HACKER Q&A
📣 yootis

What do I do about LastPass and how do I switch?


After using LastPass for many years, I have more than a thousand passwords stored in it. It's too many to make it practical to manually change them all. Is there a way to get all of them into something else, like BitWarden, and then [semi]automatically change them all?


  👤 fraXis Accepted Answer ✓
Yes, you can export them from LastPass as a csv file and import them into bitwarden.

But the steps to this correctly are this:

  1. Logout of LastPass
  2. Close your browser
  3. Open your browser
  4. Log into LastPass
  5. Perform the export from inside LastPass (before doing any other actions inside of LastPass)
If you don’t do the exact steps above, then when you do an export from LastPass, it most likely will export some of your passwords twice (so you will have duplicates). This is a known bug in LastPass that they have never fixed.

You also need to do this (from the bitwarden site):

“Some users have reported a bug which changes special characters in your passwords (&, <, >, and so on) to their HTML-encoded values (for example, &) in the printed export. If you observe this bug in your exported data, use a text editor to find and replace all altered values before importing into bitwarden.”

The import into bitwarden procedure is located here:

https://bitwarden.com/help/import-from-lastpass/


👤 nrabulinski
I don’t understand how people still stayed with LastPass after all their controversies and pulling bait-and-switch on their customers well over a year ago at this point

👤 GOATS-
I exported my vault to CSV and imported them all into Bitwarden in one go.

👤 zikduruqe
Move over to https://www.passwordstore.org.

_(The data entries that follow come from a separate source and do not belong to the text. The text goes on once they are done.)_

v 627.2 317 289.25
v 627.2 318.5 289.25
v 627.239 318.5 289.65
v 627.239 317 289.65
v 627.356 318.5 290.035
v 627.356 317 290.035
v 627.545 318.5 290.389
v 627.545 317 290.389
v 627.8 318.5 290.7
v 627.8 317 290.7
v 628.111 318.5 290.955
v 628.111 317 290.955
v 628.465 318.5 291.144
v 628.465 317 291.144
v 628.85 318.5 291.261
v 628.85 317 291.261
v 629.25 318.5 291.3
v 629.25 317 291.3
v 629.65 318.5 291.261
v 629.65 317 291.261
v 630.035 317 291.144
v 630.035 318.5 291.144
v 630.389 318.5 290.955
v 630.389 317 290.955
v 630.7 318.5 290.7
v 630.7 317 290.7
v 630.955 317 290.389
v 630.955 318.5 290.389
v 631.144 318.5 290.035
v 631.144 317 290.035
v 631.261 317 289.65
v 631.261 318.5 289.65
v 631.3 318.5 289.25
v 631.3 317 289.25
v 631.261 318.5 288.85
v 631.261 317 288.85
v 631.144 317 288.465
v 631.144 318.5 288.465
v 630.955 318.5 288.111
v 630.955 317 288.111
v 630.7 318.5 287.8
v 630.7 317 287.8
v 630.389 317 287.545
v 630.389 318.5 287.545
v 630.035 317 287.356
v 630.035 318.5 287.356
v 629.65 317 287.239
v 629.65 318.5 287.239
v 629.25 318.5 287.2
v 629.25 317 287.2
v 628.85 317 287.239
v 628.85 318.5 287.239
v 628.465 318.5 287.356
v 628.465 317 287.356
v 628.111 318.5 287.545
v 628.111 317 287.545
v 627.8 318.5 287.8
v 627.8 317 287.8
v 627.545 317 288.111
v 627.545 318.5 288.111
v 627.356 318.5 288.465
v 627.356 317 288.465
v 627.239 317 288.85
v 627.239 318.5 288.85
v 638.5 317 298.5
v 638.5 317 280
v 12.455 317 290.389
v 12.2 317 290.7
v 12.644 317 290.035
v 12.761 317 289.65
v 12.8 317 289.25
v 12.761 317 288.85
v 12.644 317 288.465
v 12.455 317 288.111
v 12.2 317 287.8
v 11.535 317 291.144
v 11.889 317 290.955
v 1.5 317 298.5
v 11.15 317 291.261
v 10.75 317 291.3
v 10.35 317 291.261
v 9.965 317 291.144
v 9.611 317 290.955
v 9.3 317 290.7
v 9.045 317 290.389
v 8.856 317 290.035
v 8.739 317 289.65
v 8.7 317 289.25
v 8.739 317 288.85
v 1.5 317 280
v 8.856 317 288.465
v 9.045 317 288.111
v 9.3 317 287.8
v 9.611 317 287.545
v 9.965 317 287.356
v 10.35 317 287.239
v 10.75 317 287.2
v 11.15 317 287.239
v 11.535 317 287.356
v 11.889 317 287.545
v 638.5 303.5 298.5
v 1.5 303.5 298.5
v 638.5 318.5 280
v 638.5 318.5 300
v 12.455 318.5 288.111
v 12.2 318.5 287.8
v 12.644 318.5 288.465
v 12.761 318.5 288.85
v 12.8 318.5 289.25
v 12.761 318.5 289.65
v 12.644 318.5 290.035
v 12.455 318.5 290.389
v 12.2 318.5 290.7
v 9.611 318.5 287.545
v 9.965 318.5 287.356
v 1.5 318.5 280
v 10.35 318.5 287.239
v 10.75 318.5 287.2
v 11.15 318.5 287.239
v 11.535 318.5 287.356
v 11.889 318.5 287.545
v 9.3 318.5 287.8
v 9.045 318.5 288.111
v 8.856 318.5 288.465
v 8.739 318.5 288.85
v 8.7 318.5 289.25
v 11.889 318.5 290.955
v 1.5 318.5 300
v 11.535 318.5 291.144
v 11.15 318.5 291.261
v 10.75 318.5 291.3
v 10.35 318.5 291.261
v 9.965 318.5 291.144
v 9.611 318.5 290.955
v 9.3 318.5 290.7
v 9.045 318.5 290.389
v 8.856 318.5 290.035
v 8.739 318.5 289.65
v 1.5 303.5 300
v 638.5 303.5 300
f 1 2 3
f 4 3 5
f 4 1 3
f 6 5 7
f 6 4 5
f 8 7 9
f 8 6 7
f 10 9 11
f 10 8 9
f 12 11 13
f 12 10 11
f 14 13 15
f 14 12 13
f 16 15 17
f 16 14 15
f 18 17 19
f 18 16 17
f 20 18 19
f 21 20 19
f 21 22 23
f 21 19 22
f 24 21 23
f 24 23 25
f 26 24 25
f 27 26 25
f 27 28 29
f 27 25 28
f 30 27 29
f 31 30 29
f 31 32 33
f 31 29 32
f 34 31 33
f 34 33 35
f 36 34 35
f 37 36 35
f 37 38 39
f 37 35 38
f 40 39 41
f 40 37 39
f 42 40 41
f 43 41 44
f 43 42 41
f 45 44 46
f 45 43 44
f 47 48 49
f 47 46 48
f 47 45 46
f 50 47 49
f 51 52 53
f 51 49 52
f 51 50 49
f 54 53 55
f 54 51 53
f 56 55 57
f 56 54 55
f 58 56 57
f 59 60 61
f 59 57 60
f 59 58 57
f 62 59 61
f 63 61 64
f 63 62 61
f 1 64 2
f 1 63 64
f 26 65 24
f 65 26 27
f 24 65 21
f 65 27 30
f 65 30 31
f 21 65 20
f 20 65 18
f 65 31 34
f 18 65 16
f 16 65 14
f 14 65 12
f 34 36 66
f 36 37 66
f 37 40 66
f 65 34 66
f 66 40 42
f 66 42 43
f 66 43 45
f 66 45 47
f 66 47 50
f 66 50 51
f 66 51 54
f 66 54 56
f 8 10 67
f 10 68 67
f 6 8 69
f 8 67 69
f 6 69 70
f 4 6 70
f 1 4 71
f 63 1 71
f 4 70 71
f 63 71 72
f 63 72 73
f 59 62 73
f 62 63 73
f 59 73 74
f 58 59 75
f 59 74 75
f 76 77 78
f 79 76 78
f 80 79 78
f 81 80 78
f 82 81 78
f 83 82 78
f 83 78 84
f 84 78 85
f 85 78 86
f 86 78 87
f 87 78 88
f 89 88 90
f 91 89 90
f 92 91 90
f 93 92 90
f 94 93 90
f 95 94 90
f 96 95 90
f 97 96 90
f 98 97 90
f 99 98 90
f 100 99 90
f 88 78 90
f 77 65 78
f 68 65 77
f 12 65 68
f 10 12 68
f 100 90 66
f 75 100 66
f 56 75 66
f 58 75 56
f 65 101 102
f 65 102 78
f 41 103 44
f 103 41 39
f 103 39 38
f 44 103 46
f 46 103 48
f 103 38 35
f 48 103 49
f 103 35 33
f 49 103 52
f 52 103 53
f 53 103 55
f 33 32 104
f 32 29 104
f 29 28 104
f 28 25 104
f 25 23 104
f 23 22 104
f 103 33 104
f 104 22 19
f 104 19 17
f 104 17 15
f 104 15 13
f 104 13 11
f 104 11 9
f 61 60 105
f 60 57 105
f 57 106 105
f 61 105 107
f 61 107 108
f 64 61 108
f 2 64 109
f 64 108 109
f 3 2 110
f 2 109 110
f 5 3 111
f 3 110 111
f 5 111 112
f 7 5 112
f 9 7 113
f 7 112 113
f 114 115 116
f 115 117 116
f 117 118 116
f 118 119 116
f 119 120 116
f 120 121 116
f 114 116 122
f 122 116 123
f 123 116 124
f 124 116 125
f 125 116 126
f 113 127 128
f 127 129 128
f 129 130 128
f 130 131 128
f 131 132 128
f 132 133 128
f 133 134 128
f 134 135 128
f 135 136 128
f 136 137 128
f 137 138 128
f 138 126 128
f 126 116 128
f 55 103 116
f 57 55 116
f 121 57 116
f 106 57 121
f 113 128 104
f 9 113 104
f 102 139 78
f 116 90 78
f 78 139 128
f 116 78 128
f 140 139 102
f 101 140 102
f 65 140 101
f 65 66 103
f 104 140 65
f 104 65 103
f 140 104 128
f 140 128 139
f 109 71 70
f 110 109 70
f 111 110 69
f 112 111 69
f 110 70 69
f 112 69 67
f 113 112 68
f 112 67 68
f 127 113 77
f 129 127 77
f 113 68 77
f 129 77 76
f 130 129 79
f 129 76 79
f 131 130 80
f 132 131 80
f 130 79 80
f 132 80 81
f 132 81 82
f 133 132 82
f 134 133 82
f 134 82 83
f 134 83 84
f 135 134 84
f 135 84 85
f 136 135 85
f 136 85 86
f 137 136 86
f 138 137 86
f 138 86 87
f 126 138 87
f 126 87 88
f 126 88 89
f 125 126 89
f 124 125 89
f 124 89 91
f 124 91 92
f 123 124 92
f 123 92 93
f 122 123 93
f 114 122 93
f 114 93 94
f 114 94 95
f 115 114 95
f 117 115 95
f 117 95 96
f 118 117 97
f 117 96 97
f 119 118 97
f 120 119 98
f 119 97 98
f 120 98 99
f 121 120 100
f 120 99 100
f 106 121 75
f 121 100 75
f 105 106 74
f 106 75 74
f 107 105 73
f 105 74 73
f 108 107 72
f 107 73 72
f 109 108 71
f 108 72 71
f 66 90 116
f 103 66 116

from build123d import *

# Parameters (mm, degrees)
EXTRUDE002_DEPTH = 637
SKETCH016_R      = 2.05
HOLE009_DEPTH    = 1276.481784


with BuildPart() as part:
    # Sketch015 → Extrude002 (new body)
    with BuildSketch(Plane(origin=(0, 0, 0), x_dir=(0, -1, 0), z_dir=(-1, 0, 0))):
        Polygon((-15, 0), (-15, 20), (0, 20), (0, 18.5), (-13.5, 18.5), (-13.5, 0), align=None)
    extrude(amount=-EXTRUDE002_DEPTH)

    # Sketch016 → Hole009 (cut, through all)
    with BuildSketch(Plane.XZ.offset(-13.5)):
        with Locations((9.25, 9.25)):
            Circle(SKETCH016_R)
    hole009 = extrude(amount=-HOLE009_DEPTH, mode=Mode.SUBTRACT)

    # Mirrored005: Hole009 across Sketch016 Axis0
    add(hole009.mirror(Plane(origin=(318.5, 13.5, 18.5), x_dir=(0, -1, 0), z_dir=(1, 0, 0))), mode=Mode.SUBTRACT)


with BuildPart() as part_1:
    # Body007 placement: moved
    add(part.part.moved(Location((1.5, 303.5, 280))))


solid = part_1.part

And if you want to use Age encryption - https://github.com/FiloSottile/passage


👤 TotoHorner
If someone credible could write a blog post on this, that would be very great

👤 zacharybk
I’ve been using Dashlane for a few years and I’ve been above-average happy. Here’s a blog post on how to make the move: https://www.techrepublic.com/article/transfer-passwords-last... Referral link for Dashlane: https://www.dashlane.com/en/im/jLhbGWdXVSnR

👤 studmuffin650
The easiest way is having lastpass export your vault of passwords as a CSV. Most other passwords managers (Bitwarden, 1Password, Dashlane, etc.) should be able to import that for you into their vaults.

I did this (moved from LastPass to 1Password) back when LastPass changed how they were doing their free vaults and with LastPass’s less than stellar track record on security. I will at least advocate for 1Password as their family vaults are amazing for sharing things securely with the wife and my parents.


👤 mrinterweb
Since they have everyone's password vaults, it is likely a matter of time before your vault is decrypted. You should change all of your last pass passwords.

👤 helloworld11
For years I've been telling people I know to NEVER trust all their security to one-password services. Given so many tech companies penchant for playing stupid and loose with internal security without customers even being aware of it, this kind of thing was bound to happen. All the worse to trust a password vault service under the circumstances.

Too many people who should know better on this site itself kept recommending things like Lastpass... Incredible.


👤 hepinhei
Besides the multibrowser / OS limitation, is there any other drawback on using native browser pass managers?

👤 suralind
You can export your data from LastPass and import it in e.g. 1Password. I did that ~2 years ago. No regrets.

👤 gwnywg
Some time ago I created a github page which is using google spreadsheet as back-end and in-browser aes encryption/decryption of secrets stored in that spreadsheet. It's not beautiful but good enough for me. Added bonus is I can easily take backups of that spreadsheet.

👤 somewhat_drunk
Convert to keepass and sync the key file across your devices with a cloud service.

👤 paulpauper
if you have crypto, transfer to new wallet asap. use offline computer and use something like VeraCrypt, which is open source and has been audited. don't trust cloud companies to do the encryption for you.

👤 renaissance_tea
Switched to self-hosted Bitwarden on my own domain behind a VPN. Everything on disk is encrypted.

👤 badrabbit
Why not something like keepass, bitwarden can also get pwned without your involvement.

Or be a luddite and write it on paper.


👤 FlyingSnake
I host a small VM and run dockerized Vaultwarden behind Nginx on it. It has been a solid setup so far.